As you guessed, I am very suspicious about any forms of power that subjectivize the other. You would argue that those forms are necessary and, although I think that this is debatable, if that is the case, I think that such power has to be considered with great concern, awareness and care. Furthermore, each system that imply such forms of power should include in itself a part of its own contradiction to avoid the exacerbation of the power.

You wonder if I would call myself an anarchist and the answer is no. I find the law an interesting construction when it is built-up through the process of an immanent collective ethics rather than a transcendental moral. I am much more interested by the revolutionary process than the revolution itself.
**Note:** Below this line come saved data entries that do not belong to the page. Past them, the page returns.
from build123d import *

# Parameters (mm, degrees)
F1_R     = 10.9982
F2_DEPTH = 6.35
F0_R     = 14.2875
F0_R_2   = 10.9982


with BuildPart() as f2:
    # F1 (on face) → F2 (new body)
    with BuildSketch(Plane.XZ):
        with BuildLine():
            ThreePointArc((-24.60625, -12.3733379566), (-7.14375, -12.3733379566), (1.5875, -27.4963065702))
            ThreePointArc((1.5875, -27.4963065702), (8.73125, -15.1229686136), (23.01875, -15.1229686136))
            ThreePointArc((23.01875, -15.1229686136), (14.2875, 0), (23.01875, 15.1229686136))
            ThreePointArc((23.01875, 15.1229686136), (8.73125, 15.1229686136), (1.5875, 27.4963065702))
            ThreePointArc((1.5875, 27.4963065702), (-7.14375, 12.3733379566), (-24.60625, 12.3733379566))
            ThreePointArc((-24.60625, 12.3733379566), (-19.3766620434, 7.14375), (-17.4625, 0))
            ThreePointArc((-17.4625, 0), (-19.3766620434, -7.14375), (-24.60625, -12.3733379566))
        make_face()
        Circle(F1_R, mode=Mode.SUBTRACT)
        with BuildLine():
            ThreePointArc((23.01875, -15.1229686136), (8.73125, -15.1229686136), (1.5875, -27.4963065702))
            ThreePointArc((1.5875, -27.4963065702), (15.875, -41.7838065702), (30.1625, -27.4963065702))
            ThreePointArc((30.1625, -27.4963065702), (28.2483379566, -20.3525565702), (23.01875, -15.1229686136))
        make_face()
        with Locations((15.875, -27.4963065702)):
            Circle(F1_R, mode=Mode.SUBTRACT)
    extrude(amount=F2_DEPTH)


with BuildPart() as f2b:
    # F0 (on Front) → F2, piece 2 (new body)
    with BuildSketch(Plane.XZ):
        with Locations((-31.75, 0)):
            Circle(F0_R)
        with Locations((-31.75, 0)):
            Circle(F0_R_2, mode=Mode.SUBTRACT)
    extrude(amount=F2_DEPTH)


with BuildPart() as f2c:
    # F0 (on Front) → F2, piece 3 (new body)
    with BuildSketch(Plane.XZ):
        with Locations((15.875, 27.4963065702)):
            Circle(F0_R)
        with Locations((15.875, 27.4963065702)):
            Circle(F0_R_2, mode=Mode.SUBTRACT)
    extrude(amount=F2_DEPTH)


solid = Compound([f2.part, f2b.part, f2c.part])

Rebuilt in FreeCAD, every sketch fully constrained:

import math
import FreeCAD as App
import Part
import Sketcher
from FreeCAD import Vector
Q = App.Units.Quantity

doc = App.newDocument("Part")
body = doc.addObject("PartDesign::Body", "Body")

# Sketch on XZ plane
sketch1 = body.newObject("Sketcher::SketchObject", "Sketch")
sketch1.AttachmentSupport = (doc.getObject("XZ_Plane"), [""])
sketch1.MapMode = "FlatFace"
sketch1.addGeometry(Part.ArcOfCircle(Part.Circle(Vector(-16, -27, 0), Vector(0, 0, 1), 17), math.radians(0), math.radians(120)), False)
sketch1.addGeometry(Part.ArcOfCircle(Part.Circle(Vector(16, -27, 0), Vector(0, 0, 1), 14), math.radians(180), math.radians(360)), False)
sketch1.addGeometry(Part.ArcOfCircle(Part.Circle(Vector(16, -27, 0), Vector(0, 0, 1), 14), math.radians(0), math.radians(60)), False)
sketch1.addGeometry(Part.ArcOfCircle(Part.Circle(Vector(32, 0, 0), Vector(0, 0, 1), 17), math.radians(120), math.radians(240)), False)
sketch1.addGeometry(Part.ArcOfCircle(Part.Circle(Vector(16, 27, 0), Vector(0, 0, 1), 14), math.radians(180), math.radians(300)), False)
sketch1.addGeometry(Part.ArcOfCircle(Part.Circle(Vector(-16, 27, 0), Vector(0, 0, 1), 17), math.radians(-120), math.radians(0)), False)
sketch1.addGeometry(Part.ArcOfCircle(Part.Circle(Vector(-32, 0, 0), Vector(0, 0, 1), 14), math.radians(0), math.radians(60)), False)
sketch1.addGeometry(Part.ArcOfCircle(Part.Circle(Vector(-32, 0, 0), Vector(0, 0, 1), 14), math.radians(-60), math.radians(0)), False)
sketch1.addGeometry(Part.Circle(Vector(16, -27, 0), Vector(0, 0, 1), 11), False)
sketch1.addGeometry(Part.Circle(Vector(0, 0, 0), Vector(0, 0, 1), 11), False)
sketch1.addConstraint(Sketcher.Constraint("Tangent", 0, 1, 1, 1))
sketch1.addConstraint(Sketcher.Constraint("Tangent", 1, 2, 2, 1))
sketch1.addConstraint(Sketcher.Constraint("Tangent", 2, 2, 3, 2))
sketch1.addConstraint(Sketcher.Constraint("Tangent", 3, 1, 4, 2))
sketch1.addConstraint(Sketcher.Constraint("Tangent", 4, 1, 5, 2))
sketch1.addConstraint(Sketcher.Constraint("Tangent", 5, 1, 6, 2))
sketch1.addConstraint(Sketcher.Constraint("Tangent", 6, 1, 7, 2))
sketch1.addConstraint(Sketcher.Constraint("Tangent", 7, 1, 0, 2))
sketch1.addConstraint(Sketcher.Constraint("Coincident", 9, 3, -1, 1))
sketch1.addConstraint(Sketcher.Constraint("Coincident", 8, 3, 1, 3))
sketch1.addConstraint(Sketcher.Constraint("Equal", 1, 2))
sketch1.addConstraint(Sketcher.Constraint("Equal", 0, 3))
sketch1.addConstraint(Sketcher.Constraint("Equal", 2, 4))
sketch1.addConstraint(Sketcher.Constraint("Equal", 3, 5))
sketch1.addConstraint(Sketcher.Constraint("Equal", 4, 6))
sketch1.addConstraint(Sketcher.Constraint("Equal", 6, 7))
sketch1.addConstraint(Sketcher.Constraint("Equal", 8, 9))
sketch1.addConstraint(Sketcher.Constraint("Symmetric", 0, 3, 4, 3, -1, 1))
sketch1.addConstraint(Sketcher.Constraint("Symmetric", 0, 3, 1, 3, -2))
sketch1.addConstraint(Sketcher.Constraint("PointOnObject", 6, 3, -1))
sketch1.addConstraint(Sketcher.Constraint("PointOnObject", 6, 1, -1))
sketch1.addConstraint(Sketcher.Constraint("Horizontal", 0, 1, 1, 2))
sketch1.addConstraint(Sketcher.Constraint("Diameter", 8, Q("0.866 in")))
sketch1.addConstraint(Sketcher.Constraint("Radius", 0, Q("0.6875 in")))
sketch1.addConstraint(Sketcher.Constraint("Radius", 1, Q("0.5625 in")))
sketch1.addConstraint(Sketcher.Constraint("DistanceX", -1, 1, 3, 3, Q("1.25 in")))
pad1 = body.newObject("PartDesign::Pad", "Pad")
pad1.Profile = sketch1
pad1.Length = Q("0.25 in")
body2 = doc.addObject("PartDesign::Body", "Body001")

# Sketch on XZ plane
sketch2 = body2.newObject("Sketcher::SketchObject", "Sketch001")
sketch2.AttachmentSupport = (doc.getObject("XZ_Plane001"), [""])
sketch2.MapMode = "FlatFace"
sketch2.addGeometry(Part.Circle(Vector(-32, 0, 0), Vector(0, 0, 1), 14), False)
sketch2.addGeometry(Part.Circle(Vector(-32, 0, 0), Vector(0, 0, 1), 11), False)
sketch2.addConstraint(Sketcher.Constraint("Coincident", 1, 3, 0, 3))
sketch2.addConstraint(Sketcher.Constraint("PointOnObject", 0, 3, -1))
sketch2.addConstraint(Sketcher.Constraint("Diameter", 0, Q("1.125 in")))
sketch2.addConstraint(Sketcher.Constraint("Diameter", 1, Q("0.866 in")))
sketch2.addConstraint(Sketcher.Constraint("DistanceX", 0, 3, -1, 1, Q("1.25 in")))
pad2 = body2.newObject("PartDesign::Pad", "Pad001")
pad2.Profile = sketch2
pad2.Length = Q("0.25 in")
body3 = doc.addObject("PartDesign::Body", "Body002")

# Sketch on XZ plane
sketch3 = body3.newObject("Sketcher::SketchObject", "Sketch002")
sketch3.AttachmentSupport = (doc.getObject("XZ_Plane002"), [""])
sketch3.MapMode = "FlatFace"
sketch3.addGeometry(Part.Circle(Vector(16, 27, 0), Vector(0, 0, 1), 14), False)
sketch3.addGeometry(Part.Circle(Vector(16, 27, 0), Vector(0, 0, 1), 11), False)
sketch3.addConstraint(Sketcher.Constraint("Coincident", 1, 3, 0, 3))
sketch3.addConstraint(Sketcher.Constraint("Diameter", 0, Q("1.125 in")))
sketch3.addConstraint(Sketcher.Constraint("Diameter", 1, Q("0.866 in")))
sketch3.addConstraint(Sketcher.Constraint("DistanceX", -1, 1, 0, 3, Q("0.625 in")))
sketch3.addConstraint(Sketcher.Constraint("DistanceY", -1, 1, 0, 3, 27.496307))
pad3 = body3.newObject("PartDesign::Pad", "Pad002")
pad3.Profile = sketch3
pad3.Length = Q("0.25 in")

doc.recompute()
I don’t consider my political engagement as a dedication to the implementation of another paradigm but rather in the collective creation of moments of resistance against a dominant power (whichever the latter is) . It is thus problematic for me to be a practicing architect (which I am) as architecture, when not questioned for its political implications, would necessarily serve this dominant power.

You take the example of an architecture competition for a given city that you have been to participate to after that the political ‘spirit’ of this project has been already negotiated, and you say that architects have to consider this spirit as a given they need to work with. I could not disagree more. If this politics does not correspond to the architect’s personal ethics, I consider that (s)he should either refuse the commission or propose an alternative that would radically change this politics. Would (s)he design an office building whose construction would involve the destruction of hundreds of homes ? Would (s)he design a prison ? Would (s)he design an Israeli settlement in the West Bank ? Those are as extreme as ordinary examples but there is no reason that such questioning does not function for smaller political impacts.

As architects we are accountable for participating to the implementation of a politics centered on the bodies as, by its physicality, architecture is indeed inherently violent on those same bodies. In most countries of the world (the case of many South American countries is interesting as an alternative), one live either in the tyranny of an authoritative power or in the cogs of a capitalist system (sometimes both !); in both case, the body is captured, literally in the first case and for its production capacities and its desire in the second one. Architecture is deeply linked to this capture and I consider as the role of those who participate to  its process of creation (architects, but also a lot of other people) to be aware of that. From there, I believe that a creative process can involve this violent power of architecture (which cannot be diffused anyway) as a form of political resistance against the subjectivization of the bodies by a dominating power. It obviously does not mean that those bodies will be liberated by architecture but simply that they would be able to negotiate a certain form of ‘sympathy with the obstacle’ (quoting Reza Negarestani).

I would like to finish this response by recognizing that it might be easier for me to affirm this list of principles than for somebody who is confronted to them on a daily basis as well as struggling to survive economically, nevertheless I think that one should simply not make concessions without being able to carry their responsibility.